[PROVIDED RECORDS Boundary: Start]

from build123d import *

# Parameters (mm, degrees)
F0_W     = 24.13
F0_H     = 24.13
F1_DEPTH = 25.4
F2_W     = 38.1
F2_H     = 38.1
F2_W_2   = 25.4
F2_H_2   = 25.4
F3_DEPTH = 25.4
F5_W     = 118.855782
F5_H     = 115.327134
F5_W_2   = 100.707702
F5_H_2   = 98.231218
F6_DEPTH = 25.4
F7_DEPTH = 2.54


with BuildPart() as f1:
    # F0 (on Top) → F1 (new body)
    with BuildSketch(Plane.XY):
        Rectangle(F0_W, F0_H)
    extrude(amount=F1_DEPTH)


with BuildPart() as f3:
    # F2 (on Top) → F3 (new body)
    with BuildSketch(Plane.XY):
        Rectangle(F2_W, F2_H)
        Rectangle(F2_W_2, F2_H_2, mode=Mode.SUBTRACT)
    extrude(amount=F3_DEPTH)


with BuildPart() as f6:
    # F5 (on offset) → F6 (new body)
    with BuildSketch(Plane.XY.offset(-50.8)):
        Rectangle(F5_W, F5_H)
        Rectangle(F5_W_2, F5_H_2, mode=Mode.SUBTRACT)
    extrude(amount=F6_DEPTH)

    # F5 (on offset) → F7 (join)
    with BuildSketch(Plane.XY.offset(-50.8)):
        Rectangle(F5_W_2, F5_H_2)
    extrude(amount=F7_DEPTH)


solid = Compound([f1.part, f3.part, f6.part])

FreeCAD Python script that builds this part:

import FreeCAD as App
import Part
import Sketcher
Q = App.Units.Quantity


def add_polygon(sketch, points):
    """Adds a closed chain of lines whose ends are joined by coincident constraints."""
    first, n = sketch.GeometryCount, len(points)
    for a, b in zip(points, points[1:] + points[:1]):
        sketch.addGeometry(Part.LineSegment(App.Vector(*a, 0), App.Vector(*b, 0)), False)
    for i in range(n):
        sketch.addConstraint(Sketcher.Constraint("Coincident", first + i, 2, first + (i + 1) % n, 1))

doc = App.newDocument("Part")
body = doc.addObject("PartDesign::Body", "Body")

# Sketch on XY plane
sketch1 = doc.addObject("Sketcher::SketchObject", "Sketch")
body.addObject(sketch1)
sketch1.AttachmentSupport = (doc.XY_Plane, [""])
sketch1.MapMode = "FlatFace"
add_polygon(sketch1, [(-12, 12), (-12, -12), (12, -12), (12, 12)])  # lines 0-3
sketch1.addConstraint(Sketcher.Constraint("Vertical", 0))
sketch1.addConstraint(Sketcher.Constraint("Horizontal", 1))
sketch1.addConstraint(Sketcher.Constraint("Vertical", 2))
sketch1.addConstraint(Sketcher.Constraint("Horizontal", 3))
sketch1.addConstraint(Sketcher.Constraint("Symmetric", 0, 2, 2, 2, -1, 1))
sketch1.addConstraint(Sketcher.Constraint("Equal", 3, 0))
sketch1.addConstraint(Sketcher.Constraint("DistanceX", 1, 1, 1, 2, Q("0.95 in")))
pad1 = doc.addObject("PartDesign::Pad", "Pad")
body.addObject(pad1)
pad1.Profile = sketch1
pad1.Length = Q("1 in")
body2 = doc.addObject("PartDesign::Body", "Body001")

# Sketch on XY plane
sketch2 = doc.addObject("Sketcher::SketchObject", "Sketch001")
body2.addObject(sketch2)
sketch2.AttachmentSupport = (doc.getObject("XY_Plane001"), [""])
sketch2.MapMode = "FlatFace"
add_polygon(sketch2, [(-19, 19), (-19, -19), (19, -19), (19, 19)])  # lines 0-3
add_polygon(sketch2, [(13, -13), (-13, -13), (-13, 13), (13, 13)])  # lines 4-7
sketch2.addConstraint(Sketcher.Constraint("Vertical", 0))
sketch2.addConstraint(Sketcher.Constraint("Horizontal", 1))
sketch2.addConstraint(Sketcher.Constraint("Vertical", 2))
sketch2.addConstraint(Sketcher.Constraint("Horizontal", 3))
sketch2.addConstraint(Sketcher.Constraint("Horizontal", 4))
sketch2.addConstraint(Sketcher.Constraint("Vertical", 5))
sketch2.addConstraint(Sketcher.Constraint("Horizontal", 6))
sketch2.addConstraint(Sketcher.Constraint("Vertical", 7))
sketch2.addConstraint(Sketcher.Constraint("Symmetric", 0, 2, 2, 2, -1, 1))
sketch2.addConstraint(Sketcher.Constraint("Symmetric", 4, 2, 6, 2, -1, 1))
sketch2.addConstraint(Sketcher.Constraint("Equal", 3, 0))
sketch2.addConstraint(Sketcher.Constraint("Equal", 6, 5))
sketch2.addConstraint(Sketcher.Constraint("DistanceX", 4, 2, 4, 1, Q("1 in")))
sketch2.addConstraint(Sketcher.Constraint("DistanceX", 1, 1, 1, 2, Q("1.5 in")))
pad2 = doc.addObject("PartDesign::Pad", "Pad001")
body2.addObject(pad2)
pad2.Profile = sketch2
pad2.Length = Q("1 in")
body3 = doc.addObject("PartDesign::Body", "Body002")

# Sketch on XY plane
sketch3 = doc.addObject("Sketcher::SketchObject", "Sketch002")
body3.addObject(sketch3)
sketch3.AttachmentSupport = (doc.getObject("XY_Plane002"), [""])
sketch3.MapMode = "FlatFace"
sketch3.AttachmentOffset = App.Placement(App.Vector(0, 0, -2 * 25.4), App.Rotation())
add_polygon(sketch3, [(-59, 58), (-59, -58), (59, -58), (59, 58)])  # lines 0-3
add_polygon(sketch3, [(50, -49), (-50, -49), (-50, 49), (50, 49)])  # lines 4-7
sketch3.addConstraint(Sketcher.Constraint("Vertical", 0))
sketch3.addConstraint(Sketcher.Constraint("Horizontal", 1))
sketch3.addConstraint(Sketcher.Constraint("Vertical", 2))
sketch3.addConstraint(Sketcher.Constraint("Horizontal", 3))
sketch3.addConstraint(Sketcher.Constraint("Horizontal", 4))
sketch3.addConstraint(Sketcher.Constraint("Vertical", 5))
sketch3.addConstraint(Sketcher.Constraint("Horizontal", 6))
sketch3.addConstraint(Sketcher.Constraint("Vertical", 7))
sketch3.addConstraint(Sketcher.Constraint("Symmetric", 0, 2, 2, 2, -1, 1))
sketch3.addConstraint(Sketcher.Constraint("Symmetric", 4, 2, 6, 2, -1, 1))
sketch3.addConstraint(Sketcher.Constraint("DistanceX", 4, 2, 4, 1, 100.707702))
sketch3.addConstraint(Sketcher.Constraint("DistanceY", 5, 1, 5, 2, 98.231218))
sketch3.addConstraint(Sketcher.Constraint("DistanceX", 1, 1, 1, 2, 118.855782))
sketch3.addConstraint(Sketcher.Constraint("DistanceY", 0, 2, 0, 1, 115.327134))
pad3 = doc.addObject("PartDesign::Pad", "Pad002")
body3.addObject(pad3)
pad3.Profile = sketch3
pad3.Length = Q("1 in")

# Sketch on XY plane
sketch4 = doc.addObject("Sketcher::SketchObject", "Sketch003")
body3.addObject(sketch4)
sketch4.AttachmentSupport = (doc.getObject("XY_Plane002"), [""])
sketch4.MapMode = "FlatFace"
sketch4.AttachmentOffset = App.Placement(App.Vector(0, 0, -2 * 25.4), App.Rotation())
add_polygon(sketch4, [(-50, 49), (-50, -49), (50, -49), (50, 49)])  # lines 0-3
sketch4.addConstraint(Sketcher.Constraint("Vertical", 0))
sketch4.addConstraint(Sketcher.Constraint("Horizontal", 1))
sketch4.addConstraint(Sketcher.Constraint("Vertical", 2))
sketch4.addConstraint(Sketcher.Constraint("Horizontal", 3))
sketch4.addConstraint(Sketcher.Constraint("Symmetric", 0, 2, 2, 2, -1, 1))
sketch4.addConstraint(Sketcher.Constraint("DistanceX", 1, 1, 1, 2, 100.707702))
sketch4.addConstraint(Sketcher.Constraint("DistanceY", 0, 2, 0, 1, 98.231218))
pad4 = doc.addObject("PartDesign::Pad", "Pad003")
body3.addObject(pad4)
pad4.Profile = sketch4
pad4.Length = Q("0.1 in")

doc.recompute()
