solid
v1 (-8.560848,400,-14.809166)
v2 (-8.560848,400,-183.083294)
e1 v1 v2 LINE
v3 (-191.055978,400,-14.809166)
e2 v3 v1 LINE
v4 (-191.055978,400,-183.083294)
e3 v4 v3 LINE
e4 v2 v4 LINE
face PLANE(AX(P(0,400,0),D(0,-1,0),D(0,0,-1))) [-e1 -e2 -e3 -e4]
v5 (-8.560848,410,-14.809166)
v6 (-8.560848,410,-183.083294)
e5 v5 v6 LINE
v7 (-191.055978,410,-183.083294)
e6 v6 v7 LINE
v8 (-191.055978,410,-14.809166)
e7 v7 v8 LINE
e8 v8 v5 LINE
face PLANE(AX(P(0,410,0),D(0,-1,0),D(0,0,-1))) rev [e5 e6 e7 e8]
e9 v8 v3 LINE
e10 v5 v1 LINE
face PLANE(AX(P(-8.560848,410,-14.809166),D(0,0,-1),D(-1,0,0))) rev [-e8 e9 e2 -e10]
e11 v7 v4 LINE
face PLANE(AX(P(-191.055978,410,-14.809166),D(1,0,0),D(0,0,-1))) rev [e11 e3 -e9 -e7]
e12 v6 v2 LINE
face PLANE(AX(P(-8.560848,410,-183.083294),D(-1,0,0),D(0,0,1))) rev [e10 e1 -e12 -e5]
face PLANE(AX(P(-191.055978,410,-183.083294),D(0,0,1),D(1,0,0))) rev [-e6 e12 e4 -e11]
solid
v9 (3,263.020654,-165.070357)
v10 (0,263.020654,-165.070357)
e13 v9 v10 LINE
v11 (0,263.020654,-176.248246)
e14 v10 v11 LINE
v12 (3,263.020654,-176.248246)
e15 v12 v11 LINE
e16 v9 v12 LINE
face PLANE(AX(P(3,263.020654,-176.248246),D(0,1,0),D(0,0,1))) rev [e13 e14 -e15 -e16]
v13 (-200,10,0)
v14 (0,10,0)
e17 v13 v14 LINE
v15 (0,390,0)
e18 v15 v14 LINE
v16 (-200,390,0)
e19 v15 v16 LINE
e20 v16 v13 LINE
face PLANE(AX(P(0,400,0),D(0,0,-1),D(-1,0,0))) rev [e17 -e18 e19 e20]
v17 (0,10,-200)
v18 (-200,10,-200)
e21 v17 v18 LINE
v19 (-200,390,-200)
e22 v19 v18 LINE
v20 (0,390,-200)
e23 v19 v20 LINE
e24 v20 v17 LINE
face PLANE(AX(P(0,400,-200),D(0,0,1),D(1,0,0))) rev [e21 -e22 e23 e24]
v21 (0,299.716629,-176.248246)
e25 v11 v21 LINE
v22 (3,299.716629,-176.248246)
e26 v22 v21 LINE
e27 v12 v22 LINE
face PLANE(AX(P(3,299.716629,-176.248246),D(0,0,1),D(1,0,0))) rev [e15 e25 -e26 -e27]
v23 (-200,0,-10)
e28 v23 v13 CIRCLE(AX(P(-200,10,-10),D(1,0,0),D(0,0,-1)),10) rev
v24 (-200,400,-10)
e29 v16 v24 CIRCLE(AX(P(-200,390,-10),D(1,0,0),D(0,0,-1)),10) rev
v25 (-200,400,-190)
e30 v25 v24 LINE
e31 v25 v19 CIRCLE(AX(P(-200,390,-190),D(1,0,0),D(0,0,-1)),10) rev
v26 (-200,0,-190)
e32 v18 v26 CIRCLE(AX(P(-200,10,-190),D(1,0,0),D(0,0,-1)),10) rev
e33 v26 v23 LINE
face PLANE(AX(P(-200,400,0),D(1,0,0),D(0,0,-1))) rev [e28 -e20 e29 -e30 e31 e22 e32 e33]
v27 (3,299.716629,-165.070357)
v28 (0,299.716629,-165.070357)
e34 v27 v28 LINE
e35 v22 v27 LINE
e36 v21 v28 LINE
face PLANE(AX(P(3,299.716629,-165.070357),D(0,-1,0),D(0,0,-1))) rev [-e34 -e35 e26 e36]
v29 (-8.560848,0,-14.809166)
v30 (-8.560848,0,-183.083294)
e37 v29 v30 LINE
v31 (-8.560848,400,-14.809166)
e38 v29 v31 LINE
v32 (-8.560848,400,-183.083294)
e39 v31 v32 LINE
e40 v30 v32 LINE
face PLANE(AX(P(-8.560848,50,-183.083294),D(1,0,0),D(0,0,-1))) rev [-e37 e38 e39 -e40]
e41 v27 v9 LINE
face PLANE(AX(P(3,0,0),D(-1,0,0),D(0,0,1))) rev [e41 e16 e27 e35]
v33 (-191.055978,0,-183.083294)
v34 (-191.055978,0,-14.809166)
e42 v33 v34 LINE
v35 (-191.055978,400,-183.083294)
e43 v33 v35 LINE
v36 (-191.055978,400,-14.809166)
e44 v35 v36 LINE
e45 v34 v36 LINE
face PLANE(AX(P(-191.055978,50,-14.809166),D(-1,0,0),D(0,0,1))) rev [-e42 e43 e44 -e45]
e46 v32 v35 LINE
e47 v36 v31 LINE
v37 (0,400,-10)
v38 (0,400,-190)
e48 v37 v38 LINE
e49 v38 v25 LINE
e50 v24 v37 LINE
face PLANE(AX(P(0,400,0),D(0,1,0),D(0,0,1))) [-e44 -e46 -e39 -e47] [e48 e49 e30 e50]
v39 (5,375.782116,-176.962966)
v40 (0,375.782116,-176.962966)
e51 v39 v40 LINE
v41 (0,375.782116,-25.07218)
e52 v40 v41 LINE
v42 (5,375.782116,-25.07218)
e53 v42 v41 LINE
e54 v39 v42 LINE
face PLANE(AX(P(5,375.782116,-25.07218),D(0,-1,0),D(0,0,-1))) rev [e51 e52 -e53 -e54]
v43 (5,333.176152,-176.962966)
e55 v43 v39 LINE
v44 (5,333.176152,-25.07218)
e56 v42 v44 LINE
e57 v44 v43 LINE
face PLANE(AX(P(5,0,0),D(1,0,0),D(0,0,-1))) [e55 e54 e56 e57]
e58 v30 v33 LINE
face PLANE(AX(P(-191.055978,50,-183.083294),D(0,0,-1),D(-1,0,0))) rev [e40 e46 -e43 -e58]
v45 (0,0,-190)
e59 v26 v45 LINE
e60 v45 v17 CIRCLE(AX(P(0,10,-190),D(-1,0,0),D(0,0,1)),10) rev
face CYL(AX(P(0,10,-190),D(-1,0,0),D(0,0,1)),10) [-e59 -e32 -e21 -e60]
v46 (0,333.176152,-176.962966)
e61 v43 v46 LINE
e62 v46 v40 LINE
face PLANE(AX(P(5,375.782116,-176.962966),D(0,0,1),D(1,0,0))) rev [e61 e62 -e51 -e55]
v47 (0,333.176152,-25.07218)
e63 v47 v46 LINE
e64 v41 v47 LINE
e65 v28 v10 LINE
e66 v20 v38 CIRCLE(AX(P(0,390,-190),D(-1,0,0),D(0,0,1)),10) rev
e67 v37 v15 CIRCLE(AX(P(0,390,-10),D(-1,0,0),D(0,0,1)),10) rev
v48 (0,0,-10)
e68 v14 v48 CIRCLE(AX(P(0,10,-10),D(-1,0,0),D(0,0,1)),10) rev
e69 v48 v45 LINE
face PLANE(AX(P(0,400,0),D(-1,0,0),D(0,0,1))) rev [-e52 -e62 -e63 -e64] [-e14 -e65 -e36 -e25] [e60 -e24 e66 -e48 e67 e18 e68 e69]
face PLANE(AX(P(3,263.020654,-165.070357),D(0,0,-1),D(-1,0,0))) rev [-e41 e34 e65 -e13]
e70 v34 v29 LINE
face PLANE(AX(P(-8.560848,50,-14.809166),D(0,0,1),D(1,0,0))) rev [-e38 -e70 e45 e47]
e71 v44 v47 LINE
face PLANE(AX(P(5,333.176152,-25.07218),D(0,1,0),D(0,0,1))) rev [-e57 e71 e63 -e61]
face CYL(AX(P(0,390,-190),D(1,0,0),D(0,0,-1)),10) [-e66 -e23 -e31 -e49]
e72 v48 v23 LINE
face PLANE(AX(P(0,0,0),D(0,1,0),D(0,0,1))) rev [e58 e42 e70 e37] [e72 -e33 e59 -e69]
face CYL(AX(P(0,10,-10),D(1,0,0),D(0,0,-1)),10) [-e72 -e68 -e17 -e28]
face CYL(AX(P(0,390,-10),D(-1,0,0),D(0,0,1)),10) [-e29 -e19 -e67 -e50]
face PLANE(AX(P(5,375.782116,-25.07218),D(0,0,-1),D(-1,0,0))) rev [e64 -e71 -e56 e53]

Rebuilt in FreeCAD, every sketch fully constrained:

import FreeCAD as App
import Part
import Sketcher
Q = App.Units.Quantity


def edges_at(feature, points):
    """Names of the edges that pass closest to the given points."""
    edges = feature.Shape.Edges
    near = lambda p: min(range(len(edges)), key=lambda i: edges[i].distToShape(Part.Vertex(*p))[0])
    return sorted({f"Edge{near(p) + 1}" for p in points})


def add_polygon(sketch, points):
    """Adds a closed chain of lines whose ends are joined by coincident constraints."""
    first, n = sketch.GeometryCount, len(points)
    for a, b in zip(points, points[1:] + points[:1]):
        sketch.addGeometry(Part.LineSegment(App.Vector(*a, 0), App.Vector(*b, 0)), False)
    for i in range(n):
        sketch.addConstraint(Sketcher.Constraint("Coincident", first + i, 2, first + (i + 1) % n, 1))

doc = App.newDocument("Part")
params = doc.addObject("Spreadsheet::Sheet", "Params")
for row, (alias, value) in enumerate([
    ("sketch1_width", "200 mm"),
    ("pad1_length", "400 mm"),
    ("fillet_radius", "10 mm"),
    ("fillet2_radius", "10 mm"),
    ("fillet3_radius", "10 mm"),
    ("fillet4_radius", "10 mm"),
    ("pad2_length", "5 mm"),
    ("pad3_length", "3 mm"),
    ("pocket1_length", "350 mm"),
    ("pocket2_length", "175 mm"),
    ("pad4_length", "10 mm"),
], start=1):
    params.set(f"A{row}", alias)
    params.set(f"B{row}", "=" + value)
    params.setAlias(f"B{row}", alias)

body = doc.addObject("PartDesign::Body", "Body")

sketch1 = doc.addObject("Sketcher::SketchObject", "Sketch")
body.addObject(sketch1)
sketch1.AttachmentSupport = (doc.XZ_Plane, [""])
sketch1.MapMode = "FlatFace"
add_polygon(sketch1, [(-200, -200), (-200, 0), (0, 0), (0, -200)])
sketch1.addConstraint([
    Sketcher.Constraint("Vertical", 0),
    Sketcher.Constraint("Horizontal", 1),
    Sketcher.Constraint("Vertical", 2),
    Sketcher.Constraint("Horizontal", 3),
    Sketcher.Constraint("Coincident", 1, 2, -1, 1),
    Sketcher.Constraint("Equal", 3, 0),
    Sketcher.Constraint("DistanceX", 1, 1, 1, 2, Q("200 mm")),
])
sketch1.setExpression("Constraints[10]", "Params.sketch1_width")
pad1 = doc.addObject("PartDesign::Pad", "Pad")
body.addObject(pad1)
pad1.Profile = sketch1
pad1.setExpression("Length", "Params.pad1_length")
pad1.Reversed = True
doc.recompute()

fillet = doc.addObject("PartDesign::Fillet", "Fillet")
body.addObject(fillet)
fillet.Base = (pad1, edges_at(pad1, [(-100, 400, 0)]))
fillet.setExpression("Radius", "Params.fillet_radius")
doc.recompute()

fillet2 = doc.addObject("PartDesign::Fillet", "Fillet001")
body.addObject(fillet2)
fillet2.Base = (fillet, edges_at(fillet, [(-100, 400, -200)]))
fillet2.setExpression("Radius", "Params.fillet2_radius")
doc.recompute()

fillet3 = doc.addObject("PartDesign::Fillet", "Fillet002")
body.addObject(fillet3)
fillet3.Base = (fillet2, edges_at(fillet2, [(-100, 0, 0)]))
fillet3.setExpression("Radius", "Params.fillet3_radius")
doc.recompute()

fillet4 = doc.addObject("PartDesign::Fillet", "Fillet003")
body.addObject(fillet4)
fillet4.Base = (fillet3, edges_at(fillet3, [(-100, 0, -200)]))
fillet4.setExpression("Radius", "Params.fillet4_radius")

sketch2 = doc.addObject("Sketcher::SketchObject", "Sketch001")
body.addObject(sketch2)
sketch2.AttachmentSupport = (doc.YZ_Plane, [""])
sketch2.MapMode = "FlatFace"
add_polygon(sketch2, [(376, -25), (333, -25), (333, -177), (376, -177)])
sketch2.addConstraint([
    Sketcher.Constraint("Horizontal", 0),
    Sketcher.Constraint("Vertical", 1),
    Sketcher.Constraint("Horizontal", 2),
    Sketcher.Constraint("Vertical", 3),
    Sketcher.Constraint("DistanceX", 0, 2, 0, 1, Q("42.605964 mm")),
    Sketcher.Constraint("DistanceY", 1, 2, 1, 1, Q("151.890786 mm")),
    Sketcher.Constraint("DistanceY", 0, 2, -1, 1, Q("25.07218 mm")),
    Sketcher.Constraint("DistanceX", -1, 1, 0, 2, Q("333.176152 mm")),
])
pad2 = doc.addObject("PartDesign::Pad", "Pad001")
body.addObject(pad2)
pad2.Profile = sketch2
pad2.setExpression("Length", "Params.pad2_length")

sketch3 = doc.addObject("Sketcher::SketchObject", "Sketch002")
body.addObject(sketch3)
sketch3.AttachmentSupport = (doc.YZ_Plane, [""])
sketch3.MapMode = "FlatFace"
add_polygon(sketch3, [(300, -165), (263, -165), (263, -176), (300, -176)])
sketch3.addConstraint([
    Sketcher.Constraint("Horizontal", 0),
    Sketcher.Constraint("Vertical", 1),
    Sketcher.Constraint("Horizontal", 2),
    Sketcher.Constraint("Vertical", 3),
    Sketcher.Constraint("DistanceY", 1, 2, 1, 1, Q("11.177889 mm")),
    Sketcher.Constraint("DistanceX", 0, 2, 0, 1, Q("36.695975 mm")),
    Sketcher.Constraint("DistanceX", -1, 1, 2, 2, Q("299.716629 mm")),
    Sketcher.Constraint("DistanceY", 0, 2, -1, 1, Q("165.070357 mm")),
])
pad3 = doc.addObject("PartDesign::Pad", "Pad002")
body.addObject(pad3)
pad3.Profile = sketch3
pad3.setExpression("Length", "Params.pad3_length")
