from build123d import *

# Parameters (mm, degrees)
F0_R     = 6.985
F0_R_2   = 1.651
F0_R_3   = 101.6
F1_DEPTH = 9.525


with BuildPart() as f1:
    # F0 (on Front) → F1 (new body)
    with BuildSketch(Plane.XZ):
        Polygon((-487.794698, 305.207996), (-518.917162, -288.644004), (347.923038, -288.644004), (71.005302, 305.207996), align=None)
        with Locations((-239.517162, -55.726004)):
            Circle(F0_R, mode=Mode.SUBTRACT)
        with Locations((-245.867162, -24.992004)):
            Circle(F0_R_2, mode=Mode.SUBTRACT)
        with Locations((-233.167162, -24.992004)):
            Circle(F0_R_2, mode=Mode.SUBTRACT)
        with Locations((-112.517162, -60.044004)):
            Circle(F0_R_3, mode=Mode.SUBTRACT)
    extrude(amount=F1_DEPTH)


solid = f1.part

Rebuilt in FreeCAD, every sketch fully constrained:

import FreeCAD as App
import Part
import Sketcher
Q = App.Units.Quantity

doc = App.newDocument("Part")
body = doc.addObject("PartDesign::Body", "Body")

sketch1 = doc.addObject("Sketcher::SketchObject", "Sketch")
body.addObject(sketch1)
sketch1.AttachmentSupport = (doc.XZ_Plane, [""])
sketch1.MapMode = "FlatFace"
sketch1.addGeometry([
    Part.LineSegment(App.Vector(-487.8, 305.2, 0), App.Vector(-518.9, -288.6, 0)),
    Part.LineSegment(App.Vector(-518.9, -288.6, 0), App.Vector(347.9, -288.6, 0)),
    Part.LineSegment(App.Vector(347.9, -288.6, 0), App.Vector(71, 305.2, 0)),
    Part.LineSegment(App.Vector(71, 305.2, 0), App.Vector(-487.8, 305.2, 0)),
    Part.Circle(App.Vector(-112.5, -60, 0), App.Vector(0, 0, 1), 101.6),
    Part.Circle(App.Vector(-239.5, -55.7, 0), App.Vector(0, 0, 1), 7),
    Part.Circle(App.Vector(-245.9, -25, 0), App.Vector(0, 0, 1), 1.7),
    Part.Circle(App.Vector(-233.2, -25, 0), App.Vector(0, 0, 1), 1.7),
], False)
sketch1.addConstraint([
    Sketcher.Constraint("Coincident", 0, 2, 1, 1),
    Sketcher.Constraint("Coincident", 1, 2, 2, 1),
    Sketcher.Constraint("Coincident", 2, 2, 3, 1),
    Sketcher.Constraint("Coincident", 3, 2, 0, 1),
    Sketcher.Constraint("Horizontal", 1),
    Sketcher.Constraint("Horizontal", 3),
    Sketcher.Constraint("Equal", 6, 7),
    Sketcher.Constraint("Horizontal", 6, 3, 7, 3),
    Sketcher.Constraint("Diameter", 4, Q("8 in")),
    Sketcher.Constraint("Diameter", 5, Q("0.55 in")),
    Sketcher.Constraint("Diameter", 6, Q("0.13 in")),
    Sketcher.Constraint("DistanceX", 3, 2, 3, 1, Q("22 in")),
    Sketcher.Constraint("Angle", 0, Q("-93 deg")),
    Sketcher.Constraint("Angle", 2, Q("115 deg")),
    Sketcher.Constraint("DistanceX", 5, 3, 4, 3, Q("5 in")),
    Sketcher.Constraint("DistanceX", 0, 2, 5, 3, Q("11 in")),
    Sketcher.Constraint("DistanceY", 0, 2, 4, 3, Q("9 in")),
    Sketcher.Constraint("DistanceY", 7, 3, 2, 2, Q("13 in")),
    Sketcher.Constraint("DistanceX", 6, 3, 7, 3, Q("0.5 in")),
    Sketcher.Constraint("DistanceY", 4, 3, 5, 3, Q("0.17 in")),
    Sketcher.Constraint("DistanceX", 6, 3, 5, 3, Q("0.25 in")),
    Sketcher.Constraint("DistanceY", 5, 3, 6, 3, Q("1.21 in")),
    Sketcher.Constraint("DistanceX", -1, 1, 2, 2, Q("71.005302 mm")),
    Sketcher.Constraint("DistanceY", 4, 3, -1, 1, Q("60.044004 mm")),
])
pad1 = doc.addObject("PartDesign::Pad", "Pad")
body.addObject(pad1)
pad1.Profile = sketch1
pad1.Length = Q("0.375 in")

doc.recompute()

[PROVIDED RECORDS Boundary: End]

▶ DIRECTIONS FOR THIS TASK
The answer must consist of every line from the entries above that contains "SUBTRACT".

▶ EXERCISE RESULT
        Rectangle(F2_W_2, F2_H_2, mode=Mode.SUBTRACT)
        Rectangle(F5_W_2, F5_H_2, mode=Mode.SUBTRACT)
            Circle(F0_R, mode=Mode.SUBTRACT)
            Circle(F0_R_2, mode=Mode.SUBTRACT)
            Circle(F0_R_2, mode=Mode.SUBTRACT)
            Circle(F0_R_3, mode=Mode.SUBTRACT)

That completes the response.